Only the lines below from the one containing "f 192 190 99" to the one containing "f 150 148 68" should be repeated, both included and unchanged.

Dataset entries
----
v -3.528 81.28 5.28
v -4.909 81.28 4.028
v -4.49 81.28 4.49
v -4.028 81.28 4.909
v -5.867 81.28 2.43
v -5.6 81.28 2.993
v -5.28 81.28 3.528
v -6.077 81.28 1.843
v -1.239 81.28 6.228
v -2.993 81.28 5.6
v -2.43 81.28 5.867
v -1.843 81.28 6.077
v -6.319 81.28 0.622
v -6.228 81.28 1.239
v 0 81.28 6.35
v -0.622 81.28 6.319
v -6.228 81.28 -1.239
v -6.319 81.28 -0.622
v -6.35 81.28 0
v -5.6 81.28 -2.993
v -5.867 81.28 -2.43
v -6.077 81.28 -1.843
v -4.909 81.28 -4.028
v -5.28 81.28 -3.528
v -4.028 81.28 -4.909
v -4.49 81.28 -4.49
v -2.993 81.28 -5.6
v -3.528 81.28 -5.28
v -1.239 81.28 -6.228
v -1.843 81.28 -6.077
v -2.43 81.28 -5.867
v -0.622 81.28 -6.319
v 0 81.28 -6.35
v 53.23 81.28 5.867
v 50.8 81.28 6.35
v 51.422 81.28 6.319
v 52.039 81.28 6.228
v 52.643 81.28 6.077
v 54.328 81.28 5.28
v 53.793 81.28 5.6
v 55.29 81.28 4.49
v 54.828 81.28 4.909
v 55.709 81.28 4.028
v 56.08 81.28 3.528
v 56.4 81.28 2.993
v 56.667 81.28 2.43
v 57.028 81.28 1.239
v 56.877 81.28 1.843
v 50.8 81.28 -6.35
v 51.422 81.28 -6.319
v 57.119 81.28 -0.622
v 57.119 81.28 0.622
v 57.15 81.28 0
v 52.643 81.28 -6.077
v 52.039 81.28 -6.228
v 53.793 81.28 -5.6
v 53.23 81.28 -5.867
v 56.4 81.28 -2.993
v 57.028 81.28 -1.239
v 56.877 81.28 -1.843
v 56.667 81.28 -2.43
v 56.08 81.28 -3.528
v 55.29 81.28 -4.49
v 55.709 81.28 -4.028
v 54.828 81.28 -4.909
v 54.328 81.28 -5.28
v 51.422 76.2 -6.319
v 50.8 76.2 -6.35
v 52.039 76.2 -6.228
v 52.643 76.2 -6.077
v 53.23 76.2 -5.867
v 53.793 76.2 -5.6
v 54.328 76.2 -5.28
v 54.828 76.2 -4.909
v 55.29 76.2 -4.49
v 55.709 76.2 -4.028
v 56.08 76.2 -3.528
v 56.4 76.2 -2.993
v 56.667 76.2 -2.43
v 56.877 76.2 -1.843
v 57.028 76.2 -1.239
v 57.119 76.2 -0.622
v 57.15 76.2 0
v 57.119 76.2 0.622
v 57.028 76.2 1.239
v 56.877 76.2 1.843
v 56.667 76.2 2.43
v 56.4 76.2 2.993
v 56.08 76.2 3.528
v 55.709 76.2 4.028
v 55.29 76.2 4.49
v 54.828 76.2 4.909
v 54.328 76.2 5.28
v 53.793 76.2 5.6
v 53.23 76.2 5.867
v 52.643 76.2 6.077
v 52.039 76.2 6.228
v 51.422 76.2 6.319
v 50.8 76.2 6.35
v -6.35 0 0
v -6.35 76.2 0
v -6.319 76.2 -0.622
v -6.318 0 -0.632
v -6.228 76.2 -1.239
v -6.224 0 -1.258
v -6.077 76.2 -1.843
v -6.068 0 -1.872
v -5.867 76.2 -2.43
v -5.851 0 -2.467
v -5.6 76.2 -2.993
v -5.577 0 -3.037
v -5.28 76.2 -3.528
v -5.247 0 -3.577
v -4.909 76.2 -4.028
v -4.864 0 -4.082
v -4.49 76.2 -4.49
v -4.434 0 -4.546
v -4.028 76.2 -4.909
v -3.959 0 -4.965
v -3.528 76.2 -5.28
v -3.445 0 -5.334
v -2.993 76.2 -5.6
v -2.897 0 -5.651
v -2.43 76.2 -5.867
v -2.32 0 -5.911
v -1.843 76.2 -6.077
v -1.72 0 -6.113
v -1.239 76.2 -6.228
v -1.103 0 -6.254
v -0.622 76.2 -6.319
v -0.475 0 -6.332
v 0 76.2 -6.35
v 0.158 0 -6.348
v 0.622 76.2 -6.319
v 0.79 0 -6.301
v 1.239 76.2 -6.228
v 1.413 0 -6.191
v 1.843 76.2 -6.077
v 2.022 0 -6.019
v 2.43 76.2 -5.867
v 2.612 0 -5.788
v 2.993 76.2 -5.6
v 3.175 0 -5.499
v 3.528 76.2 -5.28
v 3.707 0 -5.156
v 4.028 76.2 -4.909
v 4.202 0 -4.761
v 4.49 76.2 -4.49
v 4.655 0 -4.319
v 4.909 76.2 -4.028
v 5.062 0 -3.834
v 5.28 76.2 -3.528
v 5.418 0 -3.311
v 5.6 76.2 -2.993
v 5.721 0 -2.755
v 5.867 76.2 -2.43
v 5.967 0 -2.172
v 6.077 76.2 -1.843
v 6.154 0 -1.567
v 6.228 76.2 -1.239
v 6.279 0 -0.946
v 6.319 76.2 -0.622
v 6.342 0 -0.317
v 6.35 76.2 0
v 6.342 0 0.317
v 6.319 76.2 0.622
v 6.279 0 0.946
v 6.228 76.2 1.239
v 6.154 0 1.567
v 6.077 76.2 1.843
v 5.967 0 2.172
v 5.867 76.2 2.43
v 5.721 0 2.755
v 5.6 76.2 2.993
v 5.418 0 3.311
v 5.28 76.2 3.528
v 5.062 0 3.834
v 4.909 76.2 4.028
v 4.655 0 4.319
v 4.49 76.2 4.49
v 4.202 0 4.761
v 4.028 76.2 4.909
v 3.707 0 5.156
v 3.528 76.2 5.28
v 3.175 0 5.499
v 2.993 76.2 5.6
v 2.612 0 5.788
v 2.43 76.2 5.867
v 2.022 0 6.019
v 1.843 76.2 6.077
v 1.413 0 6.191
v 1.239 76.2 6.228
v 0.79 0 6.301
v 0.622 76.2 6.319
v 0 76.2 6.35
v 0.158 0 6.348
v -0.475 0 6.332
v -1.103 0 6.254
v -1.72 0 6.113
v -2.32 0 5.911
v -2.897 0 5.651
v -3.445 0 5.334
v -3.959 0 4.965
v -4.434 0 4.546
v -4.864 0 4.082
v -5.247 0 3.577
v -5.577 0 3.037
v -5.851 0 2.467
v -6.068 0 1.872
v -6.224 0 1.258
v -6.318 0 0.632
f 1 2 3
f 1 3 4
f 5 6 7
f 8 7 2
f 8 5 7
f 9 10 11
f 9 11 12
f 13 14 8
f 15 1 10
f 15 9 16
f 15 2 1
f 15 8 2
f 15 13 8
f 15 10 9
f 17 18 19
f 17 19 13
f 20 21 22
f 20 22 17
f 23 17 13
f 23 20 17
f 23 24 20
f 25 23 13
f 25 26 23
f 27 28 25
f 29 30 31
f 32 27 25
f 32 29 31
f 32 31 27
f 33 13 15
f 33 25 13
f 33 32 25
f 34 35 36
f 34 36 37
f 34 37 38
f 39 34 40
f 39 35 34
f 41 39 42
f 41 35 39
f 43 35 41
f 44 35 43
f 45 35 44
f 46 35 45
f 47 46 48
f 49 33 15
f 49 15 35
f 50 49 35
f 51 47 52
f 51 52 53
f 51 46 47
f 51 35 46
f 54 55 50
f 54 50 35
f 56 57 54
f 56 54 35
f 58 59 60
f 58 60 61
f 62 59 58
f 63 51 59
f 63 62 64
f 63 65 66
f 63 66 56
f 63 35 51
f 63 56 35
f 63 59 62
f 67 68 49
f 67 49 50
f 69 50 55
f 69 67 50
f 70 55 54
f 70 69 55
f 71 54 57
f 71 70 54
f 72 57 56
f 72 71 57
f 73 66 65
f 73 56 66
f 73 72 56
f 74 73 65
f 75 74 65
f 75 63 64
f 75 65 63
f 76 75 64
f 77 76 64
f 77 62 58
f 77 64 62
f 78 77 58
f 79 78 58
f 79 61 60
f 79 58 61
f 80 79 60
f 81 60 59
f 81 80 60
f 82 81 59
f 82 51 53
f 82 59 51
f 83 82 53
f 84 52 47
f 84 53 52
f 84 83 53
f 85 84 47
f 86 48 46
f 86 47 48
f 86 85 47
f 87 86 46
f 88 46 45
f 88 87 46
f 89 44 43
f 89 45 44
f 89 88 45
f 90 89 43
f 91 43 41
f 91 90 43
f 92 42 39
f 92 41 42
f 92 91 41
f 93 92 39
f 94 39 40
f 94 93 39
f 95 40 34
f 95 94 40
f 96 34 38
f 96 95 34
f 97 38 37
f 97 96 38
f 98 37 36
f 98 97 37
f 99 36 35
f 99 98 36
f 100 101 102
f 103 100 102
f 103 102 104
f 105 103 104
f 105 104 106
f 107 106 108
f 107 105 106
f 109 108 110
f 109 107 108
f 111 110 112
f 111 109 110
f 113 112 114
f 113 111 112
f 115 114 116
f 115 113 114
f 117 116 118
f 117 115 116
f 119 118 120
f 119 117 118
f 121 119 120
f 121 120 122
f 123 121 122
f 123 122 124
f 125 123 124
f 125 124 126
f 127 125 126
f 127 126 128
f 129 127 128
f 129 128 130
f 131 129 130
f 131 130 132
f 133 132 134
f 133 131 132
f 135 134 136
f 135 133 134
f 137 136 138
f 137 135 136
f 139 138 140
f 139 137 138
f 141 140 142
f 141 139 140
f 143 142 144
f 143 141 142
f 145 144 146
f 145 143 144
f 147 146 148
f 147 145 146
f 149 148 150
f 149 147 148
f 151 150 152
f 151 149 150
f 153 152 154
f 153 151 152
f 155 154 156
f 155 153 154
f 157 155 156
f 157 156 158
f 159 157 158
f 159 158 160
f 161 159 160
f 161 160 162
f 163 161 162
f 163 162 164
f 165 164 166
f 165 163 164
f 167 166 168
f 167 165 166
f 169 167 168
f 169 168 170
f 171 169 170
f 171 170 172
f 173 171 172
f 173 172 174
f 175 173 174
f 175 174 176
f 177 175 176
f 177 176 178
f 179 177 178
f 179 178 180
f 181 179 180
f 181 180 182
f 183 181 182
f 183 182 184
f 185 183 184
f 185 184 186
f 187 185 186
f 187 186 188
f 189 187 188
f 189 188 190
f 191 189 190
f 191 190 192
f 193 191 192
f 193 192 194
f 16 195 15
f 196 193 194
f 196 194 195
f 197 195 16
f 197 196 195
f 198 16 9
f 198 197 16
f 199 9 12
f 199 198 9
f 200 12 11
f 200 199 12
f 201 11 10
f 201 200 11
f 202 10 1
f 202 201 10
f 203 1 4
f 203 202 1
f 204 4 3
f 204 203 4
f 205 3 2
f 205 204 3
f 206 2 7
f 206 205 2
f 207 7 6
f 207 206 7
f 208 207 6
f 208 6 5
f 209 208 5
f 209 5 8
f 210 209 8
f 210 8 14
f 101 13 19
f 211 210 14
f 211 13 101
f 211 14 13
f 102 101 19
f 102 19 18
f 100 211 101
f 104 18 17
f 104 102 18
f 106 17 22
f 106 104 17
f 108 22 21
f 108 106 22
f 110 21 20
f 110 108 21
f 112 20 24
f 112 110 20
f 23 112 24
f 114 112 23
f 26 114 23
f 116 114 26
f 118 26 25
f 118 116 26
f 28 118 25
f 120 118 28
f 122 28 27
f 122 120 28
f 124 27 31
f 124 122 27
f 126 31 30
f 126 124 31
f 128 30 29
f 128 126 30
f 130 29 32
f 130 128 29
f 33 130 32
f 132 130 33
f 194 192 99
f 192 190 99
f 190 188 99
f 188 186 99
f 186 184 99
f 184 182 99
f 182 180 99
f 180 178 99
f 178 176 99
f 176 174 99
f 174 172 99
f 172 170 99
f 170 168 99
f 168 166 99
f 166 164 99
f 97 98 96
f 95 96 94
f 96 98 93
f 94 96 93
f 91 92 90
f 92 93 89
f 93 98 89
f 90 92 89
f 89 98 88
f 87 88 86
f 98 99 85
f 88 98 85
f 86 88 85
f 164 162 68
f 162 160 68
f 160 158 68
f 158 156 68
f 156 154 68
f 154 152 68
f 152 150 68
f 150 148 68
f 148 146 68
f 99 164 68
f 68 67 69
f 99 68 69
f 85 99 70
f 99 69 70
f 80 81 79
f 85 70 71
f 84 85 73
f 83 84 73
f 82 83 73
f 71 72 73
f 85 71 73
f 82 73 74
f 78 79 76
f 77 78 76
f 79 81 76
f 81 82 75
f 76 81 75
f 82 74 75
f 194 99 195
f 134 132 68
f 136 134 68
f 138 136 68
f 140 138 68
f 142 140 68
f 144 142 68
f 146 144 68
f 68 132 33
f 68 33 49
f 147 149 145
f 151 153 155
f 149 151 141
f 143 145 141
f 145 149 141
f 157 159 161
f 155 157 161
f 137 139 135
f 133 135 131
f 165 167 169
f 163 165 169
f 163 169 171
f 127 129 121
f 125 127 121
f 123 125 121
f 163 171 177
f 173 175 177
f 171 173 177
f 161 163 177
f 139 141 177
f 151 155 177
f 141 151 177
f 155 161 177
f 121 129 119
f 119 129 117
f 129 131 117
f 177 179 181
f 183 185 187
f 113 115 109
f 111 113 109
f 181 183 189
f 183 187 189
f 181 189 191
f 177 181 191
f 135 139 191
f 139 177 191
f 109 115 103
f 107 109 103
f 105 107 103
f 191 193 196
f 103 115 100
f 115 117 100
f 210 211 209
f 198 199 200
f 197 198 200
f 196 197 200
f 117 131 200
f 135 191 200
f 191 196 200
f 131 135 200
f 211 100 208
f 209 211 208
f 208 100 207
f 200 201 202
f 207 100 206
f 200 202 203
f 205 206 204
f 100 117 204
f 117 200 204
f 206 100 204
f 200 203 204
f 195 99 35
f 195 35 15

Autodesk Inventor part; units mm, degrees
ref_plane "YZ Plane" through (0, 0, 0) normal (1, 0, 0) x (0, 1, 0)
ref_plane "XZ Plane" through (0, 0, 0) normal (0, 1, 0) x (-1, 0, 0)
ref_plane "XY Plane" through (0, 0, 0) normal (0, 0, 1) x (1, 0, 0)
sketch "Sketch1" plane through (0, 0, 0) normal (0, 1, 0) x (-1, 0, 0)
  circle A0 centre (0, 0) radius 6.35
  dimension "d0" = 12.7
extrude "Extrusion1" add sketch "Sketch1" along normal blind 76.2
sketch "Sketch2" plane through (0, 76.2, 0) normal (0, 1, 0) x (1, 0, 0)
  arc A0 (0, 6.35) -> (0, -6.35) centre (0, 0) ccw
  line L0 (44.45, 0) -> (50.8, 0)
  arc A1 (50.8, -6.35) -> (50.8, 6.35) centre (50.8, 0) ccw
  line L1 (50.8, -6.35) -> (0, -6.35)
  line L2 (0, 6.35) -> (50.8, 6.35)
  dimension "d4" = 6.35
  dimension "d10" = 50.8
  dimension "d11" = 6.35
  dimension "d12" = 50.8
  dimension "d13" = 6.35
extrude "Extrusion2" add sketch "Sketch2" along normal blind 5.08
properties part number "Motor_Arm"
----
[Your solution]
f 192 190 99
f 190 188 99
f 188 186 99
f 186 184 99
f 184 182 99
f 182 180 99
f 180 178 99
f 178 176 99
f 176 174 99
f 174 172 99
f 172 170 99
f 170 168 99
f 168 166 99
f 166 164 99
f 97 98 96
f 95 96 94
f 96 98 93
f 94 96 93
f 91 92 90
f 92 93 89
f 93 98 89
f 90 92 89
f 89 98 88
f 87 88 86
f 98 99 85
f 88 98 85
f 86 88 85
f 164 162 68
f 162 160 68
f 160 158 68
f 158 156 68
f 156 154 68
f 154 152 68
f 152 150 68
f 150 148 68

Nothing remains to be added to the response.